Однажды, когда Сильви стирала простыни Жанны Мориак в стылой воде Сены, руки девушки окоченели настолько, что она разрыдалась, – а проходивший мимо мужчина предложил ей пять су, если она удовлетворит его губами.

Девушка молча покачала головой и вернулась к стирке, а мужчина ушел.

Сильви же продолжала думать. Пять су, шестьдесят денье, четверть ливра. На эти деньги можно купить вязанку хвороста, свиную ногу и хлеба на неделю. Всего-то и требуется, что взять в рот мужской член. Что может быть хуже того положения, в каком они с матерью очутились сейчас? Конечно, это грешно, однако о грехе забываешь, когда твои руки так замерзли, что, кажется, вот-вот отвалятся.

Девушка отнесла простыни домой и развесила в комнате на просушку. Последние запасы дров почти иссякли; завтра она уже не сможет просушить постиранное белье, а даже протестанты не захотят платить, если она принесет им сырые простыни.

Той ночью ей не спалось. Она лежала и думала, польстится ли на нее хоть кто-нибудь. Даже Пьер всего лишь притворялся, что она ему нравится. Сильви никогда не считала себя красавицей, а теперь вдобавок исхудала и давно не мылась. Но тот мужчина на набережной был как будто не против; быть может, найдутся и другие.

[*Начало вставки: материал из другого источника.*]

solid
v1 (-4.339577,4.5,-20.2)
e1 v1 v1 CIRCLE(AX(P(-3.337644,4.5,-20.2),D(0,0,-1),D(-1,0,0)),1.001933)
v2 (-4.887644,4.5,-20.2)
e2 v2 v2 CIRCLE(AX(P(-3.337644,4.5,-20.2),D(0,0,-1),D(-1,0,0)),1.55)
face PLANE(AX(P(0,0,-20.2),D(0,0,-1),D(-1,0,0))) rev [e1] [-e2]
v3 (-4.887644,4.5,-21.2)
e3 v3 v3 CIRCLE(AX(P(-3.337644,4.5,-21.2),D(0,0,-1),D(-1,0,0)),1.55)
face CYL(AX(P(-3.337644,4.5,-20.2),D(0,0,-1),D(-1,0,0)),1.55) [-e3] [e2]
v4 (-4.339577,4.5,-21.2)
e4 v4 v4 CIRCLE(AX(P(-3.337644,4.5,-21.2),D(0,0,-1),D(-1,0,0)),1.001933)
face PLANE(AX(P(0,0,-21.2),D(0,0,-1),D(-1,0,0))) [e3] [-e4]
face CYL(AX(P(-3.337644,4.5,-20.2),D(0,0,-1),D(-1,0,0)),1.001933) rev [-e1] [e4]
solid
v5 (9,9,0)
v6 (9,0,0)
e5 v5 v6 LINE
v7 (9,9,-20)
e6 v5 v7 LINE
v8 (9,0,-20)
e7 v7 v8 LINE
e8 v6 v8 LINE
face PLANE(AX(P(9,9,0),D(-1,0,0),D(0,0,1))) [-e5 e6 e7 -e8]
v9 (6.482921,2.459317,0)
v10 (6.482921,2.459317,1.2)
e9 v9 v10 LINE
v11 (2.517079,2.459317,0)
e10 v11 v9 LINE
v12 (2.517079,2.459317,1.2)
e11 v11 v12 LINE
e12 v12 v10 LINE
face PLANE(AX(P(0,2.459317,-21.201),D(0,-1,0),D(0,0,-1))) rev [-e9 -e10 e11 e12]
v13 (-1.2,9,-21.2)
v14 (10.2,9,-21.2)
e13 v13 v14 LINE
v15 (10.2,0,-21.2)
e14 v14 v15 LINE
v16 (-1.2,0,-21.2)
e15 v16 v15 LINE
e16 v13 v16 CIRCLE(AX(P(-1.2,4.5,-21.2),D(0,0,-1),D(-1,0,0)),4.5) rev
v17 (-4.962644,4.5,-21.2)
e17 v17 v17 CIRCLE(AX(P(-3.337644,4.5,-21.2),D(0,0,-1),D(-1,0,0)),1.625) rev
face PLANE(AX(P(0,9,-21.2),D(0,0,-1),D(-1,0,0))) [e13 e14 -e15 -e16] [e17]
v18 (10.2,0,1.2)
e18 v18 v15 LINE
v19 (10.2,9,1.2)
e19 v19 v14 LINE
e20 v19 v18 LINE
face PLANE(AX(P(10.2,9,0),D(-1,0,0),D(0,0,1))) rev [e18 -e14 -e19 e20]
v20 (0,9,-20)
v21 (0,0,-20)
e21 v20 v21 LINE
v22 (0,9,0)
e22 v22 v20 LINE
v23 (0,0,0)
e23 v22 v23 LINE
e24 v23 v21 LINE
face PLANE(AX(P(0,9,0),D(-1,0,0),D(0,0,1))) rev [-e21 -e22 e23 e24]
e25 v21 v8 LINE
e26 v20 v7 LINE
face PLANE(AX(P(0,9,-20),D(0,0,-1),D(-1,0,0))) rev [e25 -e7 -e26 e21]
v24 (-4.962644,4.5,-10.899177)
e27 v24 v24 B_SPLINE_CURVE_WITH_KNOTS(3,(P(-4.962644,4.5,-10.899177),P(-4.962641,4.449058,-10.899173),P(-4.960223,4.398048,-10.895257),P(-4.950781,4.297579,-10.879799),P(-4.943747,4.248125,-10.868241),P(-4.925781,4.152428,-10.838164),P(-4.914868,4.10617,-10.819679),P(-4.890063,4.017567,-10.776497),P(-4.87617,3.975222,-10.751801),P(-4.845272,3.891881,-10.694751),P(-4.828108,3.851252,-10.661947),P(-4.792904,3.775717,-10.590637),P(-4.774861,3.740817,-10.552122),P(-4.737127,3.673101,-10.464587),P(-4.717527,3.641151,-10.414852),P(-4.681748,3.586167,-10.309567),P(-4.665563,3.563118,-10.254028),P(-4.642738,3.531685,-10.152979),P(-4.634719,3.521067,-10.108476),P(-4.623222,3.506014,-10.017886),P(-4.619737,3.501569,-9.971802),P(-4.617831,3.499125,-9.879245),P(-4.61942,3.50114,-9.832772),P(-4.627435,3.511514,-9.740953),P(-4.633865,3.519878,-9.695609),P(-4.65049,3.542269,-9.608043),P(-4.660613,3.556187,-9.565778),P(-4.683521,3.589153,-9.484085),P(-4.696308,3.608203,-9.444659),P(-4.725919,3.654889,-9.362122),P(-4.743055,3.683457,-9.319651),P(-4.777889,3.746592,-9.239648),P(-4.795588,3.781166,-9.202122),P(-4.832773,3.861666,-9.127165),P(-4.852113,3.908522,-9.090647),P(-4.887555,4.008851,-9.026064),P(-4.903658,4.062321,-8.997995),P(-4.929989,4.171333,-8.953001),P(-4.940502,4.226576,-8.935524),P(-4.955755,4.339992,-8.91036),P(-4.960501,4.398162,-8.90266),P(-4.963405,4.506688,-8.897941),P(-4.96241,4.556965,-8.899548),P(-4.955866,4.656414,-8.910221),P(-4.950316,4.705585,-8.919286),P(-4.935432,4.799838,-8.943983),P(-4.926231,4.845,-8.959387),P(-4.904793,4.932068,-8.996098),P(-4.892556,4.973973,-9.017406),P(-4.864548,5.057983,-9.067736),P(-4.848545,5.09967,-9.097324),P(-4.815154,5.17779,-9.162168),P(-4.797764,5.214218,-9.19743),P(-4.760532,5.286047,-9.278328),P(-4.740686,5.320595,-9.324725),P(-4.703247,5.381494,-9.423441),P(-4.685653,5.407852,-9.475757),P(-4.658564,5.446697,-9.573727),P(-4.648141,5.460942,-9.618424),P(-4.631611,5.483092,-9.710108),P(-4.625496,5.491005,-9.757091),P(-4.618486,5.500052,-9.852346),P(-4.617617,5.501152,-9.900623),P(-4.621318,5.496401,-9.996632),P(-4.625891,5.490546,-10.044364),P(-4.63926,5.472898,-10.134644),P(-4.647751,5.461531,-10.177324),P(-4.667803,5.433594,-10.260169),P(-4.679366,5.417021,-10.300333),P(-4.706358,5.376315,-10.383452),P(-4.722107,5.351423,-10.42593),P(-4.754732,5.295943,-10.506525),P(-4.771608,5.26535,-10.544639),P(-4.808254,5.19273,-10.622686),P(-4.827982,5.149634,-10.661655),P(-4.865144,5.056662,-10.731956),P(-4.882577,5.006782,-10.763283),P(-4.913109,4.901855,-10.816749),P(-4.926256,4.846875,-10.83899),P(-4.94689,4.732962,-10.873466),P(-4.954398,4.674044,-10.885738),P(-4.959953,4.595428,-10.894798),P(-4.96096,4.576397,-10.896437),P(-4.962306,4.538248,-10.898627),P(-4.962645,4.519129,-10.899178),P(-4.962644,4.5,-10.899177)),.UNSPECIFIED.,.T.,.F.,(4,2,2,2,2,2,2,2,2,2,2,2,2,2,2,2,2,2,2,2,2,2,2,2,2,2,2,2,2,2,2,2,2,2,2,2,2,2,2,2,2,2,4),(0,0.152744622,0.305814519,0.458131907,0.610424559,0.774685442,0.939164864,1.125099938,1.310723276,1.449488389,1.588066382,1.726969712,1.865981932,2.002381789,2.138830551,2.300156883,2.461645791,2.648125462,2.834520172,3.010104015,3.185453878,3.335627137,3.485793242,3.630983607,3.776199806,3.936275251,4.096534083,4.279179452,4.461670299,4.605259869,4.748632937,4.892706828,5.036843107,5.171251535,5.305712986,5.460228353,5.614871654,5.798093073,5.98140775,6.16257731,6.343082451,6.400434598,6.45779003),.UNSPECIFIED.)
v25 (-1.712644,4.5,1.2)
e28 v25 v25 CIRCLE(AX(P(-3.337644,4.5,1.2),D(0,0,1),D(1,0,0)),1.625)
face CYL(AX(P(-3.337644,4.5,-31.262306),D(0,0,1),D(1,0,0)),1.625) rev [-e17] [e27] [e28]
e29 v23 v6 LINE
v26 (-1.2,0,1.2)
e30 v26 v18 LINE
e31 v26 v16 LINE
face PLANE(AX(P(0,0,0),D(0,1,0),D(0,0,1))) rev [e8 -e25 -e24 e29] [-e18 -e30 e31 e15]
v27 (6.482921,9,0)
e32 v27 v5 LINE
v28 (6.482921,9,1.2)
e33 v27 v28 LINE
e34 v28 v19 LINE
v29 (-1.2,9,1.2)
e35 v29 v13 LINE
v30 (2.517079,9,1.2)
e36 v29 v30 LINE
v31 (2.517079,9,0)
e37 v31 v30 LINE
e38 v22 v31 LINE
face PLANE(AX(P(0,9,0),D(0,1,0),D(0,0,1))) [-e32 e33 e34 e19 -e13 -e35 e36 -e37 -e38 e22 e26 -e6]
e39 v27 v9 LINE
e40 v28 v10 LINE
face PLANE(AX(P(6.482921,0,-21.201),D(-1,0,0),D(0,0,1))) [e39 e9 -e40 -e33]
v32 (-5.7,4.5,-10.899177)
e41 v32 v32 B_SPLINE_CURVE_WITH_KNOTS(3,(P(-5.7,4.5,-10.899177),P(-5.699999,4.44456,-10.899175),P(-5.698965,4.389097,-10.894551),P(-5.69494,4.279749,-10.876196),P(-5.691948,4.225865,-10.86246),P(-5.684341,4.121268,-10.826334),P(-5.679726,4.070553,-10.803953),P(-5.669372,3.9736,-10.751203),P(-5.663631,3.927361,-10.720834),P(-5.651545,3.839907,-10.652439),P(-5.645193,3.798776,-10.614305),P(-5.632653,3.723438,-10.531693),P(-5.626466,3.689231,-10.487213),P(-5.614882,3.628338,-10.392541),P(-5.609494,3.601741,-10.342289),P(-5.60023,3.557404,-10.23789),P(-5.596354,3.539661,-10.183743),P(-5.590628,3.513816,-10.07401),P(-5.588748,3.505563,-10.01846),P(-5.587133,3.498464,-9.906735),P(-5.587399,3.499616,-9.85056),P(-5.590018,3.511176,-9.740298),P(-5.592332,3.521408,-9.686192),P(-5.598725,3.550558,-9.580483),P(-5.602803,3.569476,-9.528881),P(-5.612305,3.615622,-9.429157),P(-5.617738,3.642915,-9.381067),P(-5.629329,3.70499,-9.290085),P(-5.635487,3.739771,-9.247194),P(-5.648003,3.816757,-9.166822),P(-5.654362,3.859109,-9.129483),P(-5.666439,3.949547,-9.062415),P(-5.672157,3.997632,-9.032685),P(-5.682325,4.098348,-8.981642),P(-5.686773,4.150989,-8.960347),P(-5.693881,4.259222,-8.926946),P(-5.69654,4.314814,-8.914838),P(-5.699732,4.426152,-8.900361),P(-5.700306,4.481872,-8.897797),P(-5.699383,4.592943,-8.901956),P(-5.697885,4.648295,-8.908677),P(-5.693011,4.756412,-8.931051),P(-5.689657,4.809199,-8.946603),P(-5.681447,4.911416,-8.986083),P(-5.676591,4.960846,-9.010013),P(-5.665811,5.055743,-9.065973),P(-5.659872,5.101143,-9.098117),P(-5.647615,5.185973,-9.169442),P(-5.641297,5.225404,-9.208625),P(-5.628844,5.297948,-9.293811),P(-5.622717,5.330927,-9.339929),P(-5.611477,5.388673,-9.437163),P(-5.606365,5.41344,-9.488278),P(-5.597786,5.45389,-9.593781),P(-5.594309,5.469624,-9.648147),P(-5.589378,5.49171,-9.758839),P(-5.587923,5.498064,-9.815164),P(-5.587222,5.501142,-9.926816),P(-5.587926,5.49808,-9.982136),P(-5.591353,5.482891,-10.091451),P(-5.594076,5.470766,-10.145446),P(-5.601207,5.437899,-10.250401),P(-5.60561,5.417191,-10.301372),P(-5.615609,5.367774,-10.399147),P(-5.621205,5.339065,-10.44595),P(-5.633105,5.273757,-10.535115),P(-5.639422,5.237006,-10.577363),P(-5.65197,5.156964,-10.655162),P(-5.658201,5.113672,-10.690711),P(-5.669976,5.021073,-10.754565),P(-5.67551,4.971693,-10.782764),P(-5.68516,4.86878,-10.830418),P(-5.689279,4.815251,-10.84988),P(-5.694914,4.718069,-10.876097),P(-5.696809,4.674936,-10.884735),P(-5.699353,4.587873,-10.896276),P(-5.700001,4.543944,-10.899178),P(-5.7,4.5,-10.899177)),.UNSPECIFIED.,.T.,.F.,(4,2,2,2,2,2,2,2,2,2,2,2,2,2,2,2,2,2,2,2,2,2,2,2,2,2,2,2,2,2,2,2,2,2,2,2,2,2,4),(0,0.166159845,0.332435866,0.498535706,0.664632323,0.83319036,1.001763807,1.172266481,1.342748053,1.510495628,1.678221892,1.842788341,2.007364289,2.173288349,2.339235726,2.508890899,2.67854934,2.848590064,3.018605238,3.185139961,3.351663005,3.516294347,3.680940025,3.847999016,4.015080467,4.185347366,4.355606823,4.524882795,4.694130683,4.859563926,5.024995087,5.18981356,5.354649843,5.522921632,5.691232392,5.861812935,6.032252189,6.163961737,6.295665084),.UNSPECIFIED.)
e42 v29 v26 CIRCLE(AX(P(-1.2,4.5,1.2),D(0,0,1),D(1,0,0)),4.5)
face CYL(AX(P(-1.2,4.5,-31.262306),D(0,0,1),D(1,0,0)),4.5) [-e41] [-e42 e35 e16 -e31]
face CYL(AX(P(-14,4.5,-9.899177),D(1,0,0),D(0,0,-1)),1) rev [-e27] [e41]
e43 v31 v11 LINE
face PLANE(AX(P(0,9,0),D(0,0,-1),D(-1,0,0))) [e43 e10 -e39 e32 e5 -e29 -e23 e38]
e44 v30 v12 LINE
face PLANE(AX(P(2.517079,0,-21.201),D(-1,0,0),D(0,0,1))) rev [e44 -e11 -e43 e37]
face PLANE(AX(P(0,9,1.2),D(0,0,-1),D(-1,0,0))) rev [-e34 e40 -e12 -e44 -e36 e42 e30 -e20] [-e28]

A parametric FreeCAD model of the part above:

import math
import FreeCAD as App
import Part
import Sketcher
Q = App.Units.Quantity

doc = App.newDocument("Part")
body = doc.addObject("PartDesign::Body", "Body")

sketch1 = body.newObject("Sketcher::SketchObject", "Sketch")
sketch1.AttachmentSupport = (doc.getObject("XZ_Plane"), [""])
sketch1.MapMode = "FlatFace"
sketch1.addGeometry([
    Part.LineSegment(App.Vector(-1, -21, 0), App.Vector(-1, 1, 0)),
    Part.LineSegment(App.Vector(-1, 1, 0), App.Vector(10, 1, 0)),
    Part.LineSegment(App.Vector(10, 1, 0), App.Vector(10, -21, 0)),
    Part.LineSegment(App.Vector(10, -21, 0), App.Vector(-1, -21, 0)),
    Part.LineSegment(App.Vector(9, 0, 0), App.Vector(0, 0, 0)),
    Part.LineSegment(App.Vector(0, 0, 0), App.Vector(0, -20, 0)),
    Part.LineSegment(App.Vector(0, -20, 0), App.Vector(9, -20, 0)),
    Part.LineSegment(App.Vector(9, -20, 0), App.Vector(9, 0, 0)),
], False)
sketch1.addConstraint([
    Sketcher.Constraint("Coincident", 0, 2, 1, 1),
    Sketcher.Constraint("Coincident", 1, 2, 2, 1),
    Sketcher.Constraint("Coincident", 2, 2, 3, 1),
    Sketcher.Constraint("Coincident", 3, 2, 0, 1),
    Sketcher.Constraint("Coincident", 4, 2, 5, 1),
    Sketcher.Constraint("Coincident", 5, 2, 6, 1),
    Sketcher.Constraint("Coincident", 6, 2, 7, 1),
    Sketcher.Constraint("Coincident", 7, 2, 4, 1),
    Sketcher.Constraint("Vertical", 0),
    Sketcher.Constraint("Horizontal", 1),
    Sketcher.Constraint("Vertical", 2),
    Sketcher.Constraint("Horizontal", 3),
    Sketcher.Constraint("Horizontal", 4),
    Sketcher.Constraint("Vertical", 5),
    Sketcher.Constraint("Horizontal", 6),
    Sketcher.Constraint("Vertical", 7),
    Sketcher.Constraint("Coincident", 4, 2, -1, 1),
    Sketcher.Constraint("DistanceX", 4, 2, 4, 1, Q("9 mm")),
    Sketcher.Constraint("DistanceY", 5, 2, 5, 1, Q("20 mm")),
    Sketcher.Constraint("DistanceX", 1, 1, 1, 2, Q("11.4 mm")),
    Sketcher.Constraint("DistanceY", 0, 1, 0, 2, Q("22.4 mm")),
    Sketcher.Constraint("DistanceX", 0, 2, -1, 1, Q("1.2 mm")),
    Sketcher.Constraint("DistanceY", -1, 1, 0, 2, Q("1.2 mm")),
])
pad1 = body.newObject("PartDesign::Pad", "Pad")
pad1.Profile = sketch1
pad1.Length = 9
pad1.Reversed = True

Поутру она купила на последние деньги два яйца. Растопила очаг последними дровами, поджарила яйца, по одному себе и матери, и разделила с Изабель черствый хлеб, купленный еще на прошлой неделе. Больше еды не осталось. Теперь они умрут голодной смертью.

На все милость Божья, говорят протестанты. Какая же это милость?

Сильви расчесала волосы и умылась. Зеркала в доме не было, поэтому она не знала, как выглядит, могла лишь догадываться. Вывернула наизнанку теплые чулки, чтобы те казались менее грязными. И вышла на улицу.

Она не очень-то представляла, что делать. Прошлась по улице, но никто не сделал ей нескромного предложения. И то сказать, с какой бы стати? Это ей самой нужно предлагать себя мужчинам. Сильви попыталась улыбаться встречным, но на нее не обращали внимания, проходили мимо, не задерживаясь. Одному она осмелилась сказать: «Я вас утешу за пять су», но он как будто разозлился и поспешил уйти. Наверное, стоило бы обнажить грудь, но слишком уж холодно.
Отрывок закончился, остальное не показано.